(Beginning of Working data)

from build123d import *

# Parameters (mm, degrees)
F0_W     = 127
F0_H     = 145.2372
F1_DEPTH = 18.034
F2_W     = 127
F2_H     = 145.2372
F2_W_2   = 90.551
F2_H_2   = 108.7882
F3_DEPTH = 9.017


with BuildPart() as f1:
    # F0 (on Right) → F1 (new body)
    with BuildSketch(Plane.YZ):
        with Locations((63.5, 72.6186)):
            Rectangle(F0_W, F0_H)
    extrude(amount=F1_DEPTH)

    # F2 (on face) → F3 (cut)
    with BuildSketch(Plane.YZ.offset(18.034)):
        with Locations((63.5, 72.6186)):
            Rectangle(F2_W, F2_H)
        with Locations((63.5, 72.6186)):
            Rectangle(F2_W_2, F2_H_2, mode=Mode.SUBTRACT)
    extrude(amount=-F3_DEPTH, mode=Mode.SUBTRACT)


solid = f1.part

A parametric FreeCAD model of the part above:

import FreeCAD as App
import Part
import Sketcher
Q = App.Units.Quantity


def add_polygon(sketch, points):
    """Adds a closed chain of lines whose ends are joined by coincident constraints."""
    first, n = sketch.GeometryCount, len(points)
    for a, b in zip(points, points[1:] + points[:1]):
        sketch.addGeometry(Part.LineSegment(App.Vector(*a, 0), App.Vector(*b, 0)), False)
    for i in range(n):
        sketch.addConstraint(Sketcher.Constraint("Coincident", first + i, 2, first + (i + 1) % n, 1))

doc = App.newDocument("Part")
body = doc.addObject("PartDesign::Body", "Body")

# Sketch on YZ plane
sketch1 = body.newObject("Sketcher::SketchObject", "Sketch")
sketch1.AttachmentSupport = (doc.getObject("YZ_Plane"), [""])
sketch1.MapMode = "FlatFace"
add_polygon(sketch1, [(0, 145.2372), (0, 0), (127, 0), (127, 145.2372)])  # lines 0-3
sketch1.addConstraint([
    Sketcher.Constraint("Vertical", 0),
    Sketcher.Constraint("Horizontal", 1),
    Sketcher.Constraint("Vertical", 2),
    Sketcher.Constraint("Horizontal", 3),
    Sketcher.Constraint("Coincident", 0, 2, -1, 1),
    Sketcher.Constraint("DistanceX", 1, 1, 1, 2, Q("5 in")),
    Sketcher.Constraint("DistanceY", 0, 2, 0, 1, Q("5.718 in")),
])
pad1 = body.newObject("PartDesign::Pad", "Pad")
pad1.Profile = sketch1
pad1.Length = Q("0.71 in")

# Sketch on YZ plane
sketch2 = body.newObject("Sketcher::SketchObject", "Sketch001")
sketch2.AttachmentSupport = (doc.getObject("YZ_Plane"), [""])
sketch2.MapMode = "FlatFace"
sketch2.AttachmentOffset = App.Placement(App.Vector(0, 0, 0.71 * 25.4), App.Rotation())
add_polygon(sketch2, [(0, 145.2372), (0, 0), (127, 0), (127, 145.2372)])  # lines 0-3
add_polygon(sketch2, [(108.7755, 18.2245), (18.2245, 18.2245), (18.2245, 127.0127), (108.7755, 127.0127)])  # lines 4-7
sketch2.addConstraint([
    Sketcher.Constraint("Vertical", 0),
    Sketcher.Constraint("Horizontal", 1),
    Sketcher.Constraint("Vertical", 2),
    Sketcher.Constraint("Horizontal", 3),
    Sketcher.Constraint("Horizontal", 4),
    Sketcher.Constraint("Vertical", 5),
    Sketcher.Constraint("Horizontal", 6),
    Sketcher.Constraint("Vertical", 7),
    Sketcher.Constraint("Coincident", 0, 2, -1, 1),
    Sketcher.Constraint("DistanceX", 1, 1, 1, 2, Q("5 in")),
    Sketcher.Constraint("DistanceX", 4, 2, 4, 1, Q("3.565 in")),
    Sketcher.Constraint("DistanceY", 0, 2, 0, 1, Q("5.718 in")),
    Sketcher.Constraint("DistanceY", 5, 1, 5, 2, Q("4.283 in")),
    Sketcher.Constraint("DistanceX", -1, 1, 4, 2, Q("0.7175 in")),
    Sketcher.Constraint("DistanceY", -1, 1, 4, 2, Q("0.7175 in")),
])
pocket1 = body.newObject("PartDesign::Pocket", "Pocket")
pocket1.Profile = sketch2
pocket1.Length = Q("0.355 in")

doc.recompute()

(End of Working data)
(Beginning of Working data)

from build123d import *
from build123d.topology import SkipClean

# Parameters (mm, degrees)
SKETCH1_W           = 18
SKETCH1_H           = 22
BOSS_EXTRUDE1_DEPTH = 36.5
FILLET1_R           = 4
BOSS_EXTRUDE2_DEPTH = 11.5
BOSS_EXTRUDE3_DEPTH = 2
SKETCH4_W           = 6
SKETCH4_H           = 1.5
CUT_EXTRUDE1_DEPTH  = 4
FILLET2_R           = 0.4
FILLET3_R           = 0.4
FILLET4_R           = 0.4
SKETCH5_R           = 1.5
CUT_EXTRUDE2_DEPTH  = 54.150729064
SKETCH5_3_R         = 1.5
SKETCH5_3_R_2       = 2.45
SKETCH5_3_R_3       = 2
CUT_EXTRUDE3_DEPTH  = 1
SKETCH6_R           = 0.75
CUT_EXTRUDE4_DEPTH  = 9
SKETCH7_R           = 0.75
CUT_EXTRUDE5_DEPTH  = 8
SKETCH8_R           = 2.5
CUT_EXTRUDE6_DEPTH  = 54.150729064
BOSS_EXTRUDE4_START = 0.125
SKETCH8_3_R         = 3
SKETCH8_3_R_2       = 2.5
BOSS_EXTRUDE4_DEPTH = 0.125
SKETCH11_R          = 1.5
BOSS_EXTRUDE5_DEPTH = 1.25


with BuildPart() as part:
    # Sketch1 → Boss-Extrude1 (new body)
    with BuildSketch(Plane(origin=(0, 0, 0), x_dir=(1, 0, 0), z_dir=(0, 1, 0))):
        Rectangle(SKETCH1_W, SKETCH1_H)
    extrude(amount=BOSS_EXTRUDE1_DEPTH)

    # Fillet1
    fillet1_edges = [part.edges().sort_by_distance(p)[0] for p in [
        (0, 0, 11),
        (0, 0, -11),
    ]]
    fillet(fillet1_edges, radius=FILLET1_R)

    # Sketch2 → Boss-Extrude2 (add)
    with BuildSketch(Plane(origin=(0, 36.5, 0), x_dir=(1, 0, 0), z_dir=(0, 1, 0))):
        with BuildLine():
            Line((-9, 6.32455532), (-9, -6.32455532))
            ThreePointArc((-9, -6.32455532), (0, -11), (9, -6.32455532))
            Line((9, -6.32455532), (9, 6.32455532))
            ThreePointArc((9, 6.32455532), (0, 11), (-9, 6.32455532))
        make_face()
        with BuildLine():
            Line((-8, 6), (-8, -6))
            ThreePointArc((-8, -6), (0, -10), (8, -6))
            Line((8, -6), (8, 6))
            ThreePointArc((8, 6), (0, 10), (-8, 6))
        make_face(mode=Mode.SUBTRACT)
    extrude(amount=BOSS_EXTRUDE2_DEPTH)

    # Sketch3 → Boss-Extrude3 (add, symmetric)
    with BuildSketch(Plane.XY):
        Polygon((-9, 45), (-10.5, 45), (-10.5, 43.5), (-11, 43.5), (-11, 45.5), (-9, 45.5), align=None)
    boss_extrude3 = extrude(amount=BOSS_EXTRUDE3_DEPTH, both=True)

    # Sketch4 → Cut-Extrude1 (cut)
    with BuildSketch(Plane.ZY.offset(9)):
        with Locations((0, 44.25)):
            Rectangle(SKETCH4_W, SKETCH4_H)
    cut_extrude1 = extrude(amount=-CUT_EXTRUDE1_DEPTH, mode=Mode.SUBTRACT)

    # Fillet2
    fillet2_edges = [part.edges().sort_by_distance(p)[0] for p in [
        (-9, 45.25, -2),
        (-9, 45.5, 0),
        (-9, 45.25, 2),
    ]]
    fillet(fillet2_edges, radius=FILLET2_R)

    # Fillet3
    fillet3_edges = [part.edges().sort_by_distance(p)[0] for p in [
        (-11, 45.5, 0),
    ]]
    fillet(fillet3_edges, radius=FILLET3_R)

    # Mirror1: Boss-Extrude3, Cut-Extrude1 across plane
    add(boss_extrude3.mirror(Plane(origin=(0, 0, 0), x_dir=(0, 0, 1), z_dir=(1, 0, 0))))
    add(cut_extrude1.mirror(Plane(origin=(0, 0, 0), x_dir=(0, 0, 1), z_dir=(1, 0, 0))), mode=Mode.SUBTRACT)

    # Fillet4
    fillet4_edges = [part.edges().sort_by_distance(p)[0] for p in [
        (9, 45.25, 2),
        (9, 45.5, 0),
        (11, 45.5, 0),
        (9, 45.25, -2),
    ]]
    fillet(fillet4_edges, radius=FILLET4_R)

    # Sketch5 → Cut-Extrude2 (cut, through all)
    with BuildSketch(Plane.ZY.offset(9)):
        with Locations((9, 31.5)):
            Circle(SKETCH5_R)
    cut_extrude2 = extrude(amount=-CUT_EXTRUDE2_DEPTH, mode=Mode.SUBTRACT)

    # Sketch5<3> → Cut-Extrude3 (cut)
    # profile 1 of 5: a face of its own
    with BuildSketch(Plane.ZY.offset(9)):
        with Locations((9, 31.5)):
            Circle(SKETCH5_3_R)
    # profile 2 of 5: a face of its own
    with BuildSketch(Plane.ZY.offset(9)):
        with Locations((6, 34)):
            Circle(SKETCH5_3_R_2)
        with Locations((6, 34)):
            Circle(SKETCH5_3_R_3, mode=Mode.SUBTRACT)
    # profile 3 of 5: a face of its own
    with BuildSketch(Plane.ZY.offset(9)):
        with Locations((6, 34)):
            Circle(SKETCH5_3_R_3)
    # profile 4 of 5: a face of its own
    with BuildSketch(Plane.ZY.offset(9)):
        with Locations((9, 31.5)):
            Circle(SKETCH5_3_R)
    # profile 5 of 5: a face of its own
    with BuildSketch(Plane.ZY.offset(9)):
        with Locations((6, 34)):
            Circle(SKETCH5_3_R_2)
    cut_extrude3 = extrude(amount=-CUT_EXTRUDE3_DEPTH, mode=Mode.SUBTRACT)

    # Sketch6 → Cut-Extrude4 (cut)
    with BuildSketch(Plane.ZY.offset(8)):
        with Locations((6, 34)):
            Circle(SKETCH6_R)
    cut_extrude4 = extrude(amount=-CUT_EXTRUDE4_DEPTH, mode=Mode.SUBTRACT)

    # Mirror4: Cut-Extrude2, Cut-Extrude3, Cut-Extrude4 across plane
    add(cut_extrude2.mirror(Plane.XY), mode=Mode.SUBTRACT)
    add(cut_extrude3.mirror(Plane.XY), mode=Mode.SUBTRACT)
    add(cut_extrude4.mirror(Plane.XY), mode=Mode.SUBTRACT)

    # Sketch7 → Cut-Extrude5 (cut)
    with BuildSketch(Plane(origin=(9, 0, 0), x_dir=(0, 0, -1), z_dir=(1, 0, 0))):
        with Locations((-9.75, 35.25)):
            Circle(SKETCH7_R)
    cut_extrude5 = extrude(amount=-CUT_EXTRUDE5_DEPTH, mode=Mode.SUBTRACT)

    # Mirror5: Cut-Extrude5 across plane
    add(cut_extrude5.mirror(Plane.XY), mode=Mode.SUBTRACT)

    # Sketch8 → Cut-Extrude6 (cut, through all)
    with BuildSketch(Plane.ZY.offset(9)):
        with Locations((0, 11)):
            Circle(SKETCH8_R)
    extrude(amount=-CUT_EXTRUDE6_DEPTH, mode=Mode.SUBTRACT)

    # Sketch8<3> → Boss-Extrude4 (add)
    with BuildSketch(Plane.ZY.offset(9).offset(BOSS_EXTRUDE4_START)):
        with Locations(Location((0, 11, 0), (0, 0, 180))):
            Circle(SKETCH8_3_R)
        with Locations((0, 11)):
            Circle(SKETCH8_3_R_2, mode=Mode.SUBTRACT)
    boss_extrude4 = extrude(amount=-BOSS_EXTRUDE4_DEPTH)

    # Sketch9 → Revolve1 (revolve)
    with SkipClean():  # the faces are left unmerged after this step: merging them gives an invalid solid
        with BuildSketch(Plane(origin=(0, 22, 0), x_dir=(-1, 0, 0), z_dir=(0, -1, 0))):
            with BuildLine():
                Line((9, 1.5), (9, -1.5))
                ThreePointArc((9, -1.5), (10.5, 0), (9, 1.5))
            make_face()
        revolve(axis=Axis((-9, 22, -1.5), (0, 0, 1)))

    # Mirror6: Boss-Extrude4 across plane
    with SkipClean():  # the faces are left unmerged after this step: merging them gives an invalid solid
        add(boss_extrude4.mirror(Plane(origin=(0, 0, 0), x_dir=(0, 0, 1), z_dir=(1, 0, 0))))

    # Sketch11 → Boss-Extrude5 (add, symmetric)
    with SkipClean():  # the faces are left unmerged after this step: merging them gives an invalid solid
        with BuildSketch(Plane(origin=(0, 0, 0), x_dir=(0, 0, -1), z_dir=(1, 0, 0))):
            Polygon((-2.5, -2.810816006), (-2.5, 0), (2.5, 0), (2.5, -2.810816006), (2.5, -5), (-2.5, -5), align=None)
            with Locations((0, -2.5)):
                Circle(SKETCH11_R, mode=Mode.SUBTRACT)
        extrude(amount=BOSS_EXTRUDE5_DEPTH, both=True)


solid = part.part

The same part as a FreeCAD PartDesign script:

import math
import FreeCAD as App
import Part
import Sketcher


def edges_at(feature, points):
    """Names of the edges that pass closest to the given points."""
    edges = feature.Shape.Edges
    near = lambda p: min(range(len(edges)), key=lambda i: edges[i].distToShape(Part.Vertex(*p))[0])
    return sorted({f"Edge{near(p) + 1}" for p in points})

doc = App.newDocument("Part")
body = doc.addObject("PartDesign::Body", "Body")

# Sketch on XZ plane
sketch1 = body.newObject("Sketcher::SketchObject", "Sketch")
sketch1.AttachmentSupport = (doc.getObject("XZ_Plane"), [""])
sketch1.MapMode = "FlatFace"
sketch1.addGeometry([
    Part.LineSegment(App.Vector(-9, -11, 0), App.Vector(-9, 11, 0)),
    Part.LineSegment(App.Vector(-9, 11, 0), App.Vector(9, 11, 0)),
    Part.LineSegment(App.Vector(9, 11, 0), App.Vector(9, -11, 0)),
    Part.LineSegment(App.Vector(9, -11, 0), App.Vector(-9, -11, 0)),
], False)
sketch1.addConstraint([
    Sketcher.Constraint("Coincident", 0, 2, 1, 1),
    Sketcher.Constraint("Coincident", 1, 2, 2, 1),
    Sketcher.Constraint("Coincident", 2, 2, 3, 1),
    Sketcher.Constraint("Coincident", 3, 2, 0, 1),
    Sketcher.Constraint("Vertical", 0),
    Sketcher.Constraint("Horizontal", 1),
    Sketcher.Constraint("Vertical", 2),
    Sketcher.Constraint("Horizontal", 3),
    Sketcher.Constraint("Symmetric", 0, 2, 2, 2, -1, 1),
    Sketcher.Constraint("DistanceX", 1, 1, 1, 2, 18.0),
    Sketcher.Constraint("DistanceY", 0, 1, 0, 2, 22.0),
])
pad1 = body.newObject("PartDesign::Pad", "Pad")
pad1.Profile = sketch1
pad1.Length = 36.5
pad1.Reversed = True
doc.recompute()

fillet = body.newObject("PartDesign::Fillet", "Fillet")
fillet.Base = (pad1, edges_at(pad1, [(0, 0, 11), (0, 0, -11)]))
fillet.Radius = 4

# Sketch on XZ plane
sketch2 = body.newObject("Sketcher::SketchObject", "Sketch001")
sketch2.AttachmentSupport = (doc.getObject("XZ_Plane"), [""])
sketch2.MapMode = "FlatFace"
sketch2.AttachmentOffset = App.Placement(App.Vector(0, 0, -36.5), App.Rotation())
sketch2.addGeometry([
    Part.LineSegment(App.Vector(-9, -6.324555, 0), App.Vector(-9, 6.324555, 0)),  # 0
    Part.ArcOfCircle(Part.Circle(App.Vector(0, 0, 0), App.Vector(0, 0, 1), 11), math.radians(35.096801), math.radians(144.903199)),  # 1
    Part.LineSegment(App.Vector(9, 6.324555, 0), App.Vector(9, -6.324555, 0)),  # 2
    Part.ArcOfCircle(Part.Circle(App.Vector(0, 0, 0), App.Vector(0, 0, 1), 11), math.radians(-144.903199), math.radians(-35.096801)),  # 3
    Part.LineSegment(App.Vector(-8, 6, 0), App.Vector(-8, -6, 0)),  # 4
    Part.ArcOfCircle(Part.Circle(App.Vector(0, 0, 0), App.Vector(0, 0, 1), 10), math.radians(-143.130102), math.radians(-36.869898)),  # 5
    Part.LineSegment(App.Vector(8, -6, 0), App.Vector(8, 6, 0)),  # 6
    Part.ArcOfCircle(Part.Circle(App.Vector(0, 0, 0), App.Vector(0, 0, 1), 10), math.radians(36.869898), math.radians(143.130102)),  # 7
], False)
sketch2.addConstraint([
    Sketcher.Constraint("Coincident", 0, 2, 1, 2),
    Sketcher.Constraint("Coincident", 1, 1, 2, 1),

(End of Working data)
(Beginning of Working data)

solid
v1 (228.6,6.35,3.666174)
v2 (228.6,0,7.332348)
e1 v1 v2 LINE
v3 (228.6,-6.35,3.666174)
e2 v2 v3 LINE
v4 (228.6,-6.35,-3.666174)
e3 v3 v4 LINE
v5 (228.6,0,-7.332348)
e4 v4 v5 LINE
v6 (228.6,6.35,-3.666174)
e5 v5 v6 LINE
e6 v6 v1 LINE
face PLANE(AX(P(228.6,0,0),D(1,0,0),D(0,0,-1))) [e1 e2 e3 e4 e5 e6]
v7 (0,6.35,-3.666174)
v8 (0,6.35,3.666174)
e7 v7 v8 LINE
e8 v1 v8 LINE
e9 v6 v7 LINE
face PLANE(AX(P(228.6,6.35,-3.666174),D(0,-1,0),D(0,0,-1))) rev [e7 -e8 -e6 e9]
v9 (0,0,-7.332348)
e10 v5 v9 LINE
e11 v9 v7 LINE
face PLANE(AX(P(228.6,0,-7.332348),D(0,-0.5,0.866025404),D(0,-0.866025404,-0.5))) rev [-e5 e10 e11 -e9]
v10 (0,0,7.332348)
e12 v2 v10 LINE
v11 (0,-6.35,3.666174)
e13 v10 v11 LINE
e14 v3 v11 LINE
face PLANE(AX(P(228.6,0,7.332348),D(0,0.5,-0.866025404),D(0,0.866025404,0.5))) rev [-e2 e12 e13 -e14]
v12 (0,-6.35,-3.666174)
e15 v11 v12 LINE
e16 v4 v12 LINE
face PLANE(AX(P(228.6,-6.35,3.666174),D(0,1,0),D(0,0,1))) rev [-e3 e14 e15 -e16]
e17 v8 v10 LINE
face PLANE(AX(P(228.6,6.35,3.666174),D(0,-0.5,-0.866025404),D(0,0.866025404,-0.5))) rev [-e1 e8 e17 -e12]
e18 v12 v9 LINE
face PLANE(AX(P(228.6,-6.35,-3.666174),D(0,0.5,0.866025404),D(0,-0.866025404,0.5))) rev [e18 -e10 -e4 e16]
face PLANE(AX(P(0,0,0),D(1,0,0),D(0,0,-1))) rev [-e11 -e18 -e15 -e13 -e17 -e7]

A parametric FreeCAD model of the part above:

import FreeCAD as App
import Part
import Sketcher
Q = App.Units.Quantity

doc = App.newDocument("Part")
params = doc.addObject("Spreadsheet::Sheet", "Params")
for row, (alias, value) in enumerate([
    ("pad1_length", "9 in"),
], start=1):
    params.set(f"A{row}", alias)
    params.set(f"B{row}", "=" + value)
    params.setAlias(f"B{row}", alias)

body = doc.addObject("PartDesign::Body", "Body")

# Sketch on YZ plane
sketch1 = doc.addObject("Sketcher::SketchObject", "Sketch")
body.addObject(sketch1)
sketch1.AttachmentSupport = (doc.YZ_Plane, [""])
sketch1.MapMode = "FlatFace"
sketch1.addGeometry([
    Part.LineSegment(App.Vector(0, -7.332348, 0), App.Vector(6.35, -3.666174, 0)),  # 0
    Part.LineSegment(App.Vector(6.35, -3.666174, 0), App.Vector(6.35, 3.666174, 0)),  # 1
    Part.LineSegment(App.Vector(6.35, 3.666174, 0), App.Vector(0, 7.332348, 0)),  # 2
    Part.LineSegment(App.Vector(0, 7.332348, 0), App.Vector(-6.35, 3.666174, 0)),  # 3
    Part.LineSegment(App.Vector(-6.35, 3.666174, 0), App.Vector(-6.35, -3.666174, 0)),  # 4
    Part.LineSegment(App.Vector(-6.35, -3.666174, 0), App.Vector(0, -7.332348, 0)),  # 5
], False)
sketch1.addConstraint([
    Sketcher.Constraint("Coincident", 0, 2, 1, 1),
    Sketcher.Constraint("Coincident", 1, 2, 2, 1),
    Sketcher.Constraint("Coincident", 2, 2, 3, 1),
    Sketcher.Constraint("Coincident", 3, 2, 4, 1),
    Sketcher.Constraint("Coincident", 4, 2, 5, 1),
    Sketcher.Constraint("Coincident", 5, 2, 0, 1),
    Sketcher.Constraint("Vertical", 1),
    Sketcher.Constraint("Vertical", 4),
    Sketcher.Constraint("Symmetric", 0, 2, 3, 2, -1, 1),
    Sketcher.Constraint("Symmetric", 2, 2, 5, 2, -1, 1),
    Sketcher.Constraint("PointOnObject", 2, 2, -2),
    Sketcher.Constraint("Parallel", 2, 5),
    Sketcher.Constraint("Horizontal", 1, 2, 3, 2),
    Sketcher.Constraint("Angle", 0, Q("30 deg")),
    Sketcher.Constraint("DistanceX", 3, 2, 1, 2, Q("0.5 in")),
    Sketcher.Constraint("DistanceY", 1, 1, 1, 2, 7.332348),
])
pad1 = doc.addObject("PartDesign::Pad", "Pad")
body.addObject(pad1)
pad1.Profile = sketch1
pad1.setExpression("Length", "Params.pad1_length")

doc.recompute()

(End of Working data)

Work order: Retype exactly, and only, the lines above from the one where "BOSS_EXTRUDE5_DEPTH = 1.25" occurs up to and including the one where "# Sketch3 →" occurs.

Reply to the exercise:
BOSS_EXTRUDE5_DEPTH = 1.25


with BuildPart() as part:
    # Sketch1 → Boss-Extrude1 (new body)
    with BuildSketch(Plane(origin=(0, 0, 0), x_dir=(1, 0, 0), z_dir=(0, 1, 0))):
        Rectangle(SKETCH1_W, SKETCH1_H)
    extrude(amount=BOSS_EXTRUDE1_DEPTH)

    # Fillet1
    fillet1_edges = [part.edges().sort_by_distance(p)[0] for p in [
        (0, 0, 11),
        (0, 0, -11),
    ]]
    fillet(fillet1_edges, radius=FILLET1_R)

    # Sketch2 → Boss-Extrude2 (add)
    with BuildSketch(Plane(origin=(0, 36.5, 0), x_dir=(1, 0, 0), z_dir=(0, 1, 0))):
        with BuildLine():
            Line((-9, 6.32455532), (-9, -6.32455532))
            ThreePointArc((-9, -6.32455532), (0, -11), (9, -6.32455532))
            Line((9, -6.32455532), (9, 6.32455532))
            ThreePointArc((9, 6.32455532), (0, 11), (-9, 6.32455532))
        make_face()
        with BuildLine():
            Line((-8, 6), (-8, -6))
            ThreePointArc((-8, -6), (0, -10), (8, -6))
            Line((8, -6), (8, 6))
            ThreePointArc((8, 6), (0, 10), (-8, 6))
        make_face(mode=Mode.SUBTRACT)
    extrude(amount=BOSS_EXTRUDE2_DEPTH)

    # Sketch3 → Boss-Extrude3 (add, symmetric)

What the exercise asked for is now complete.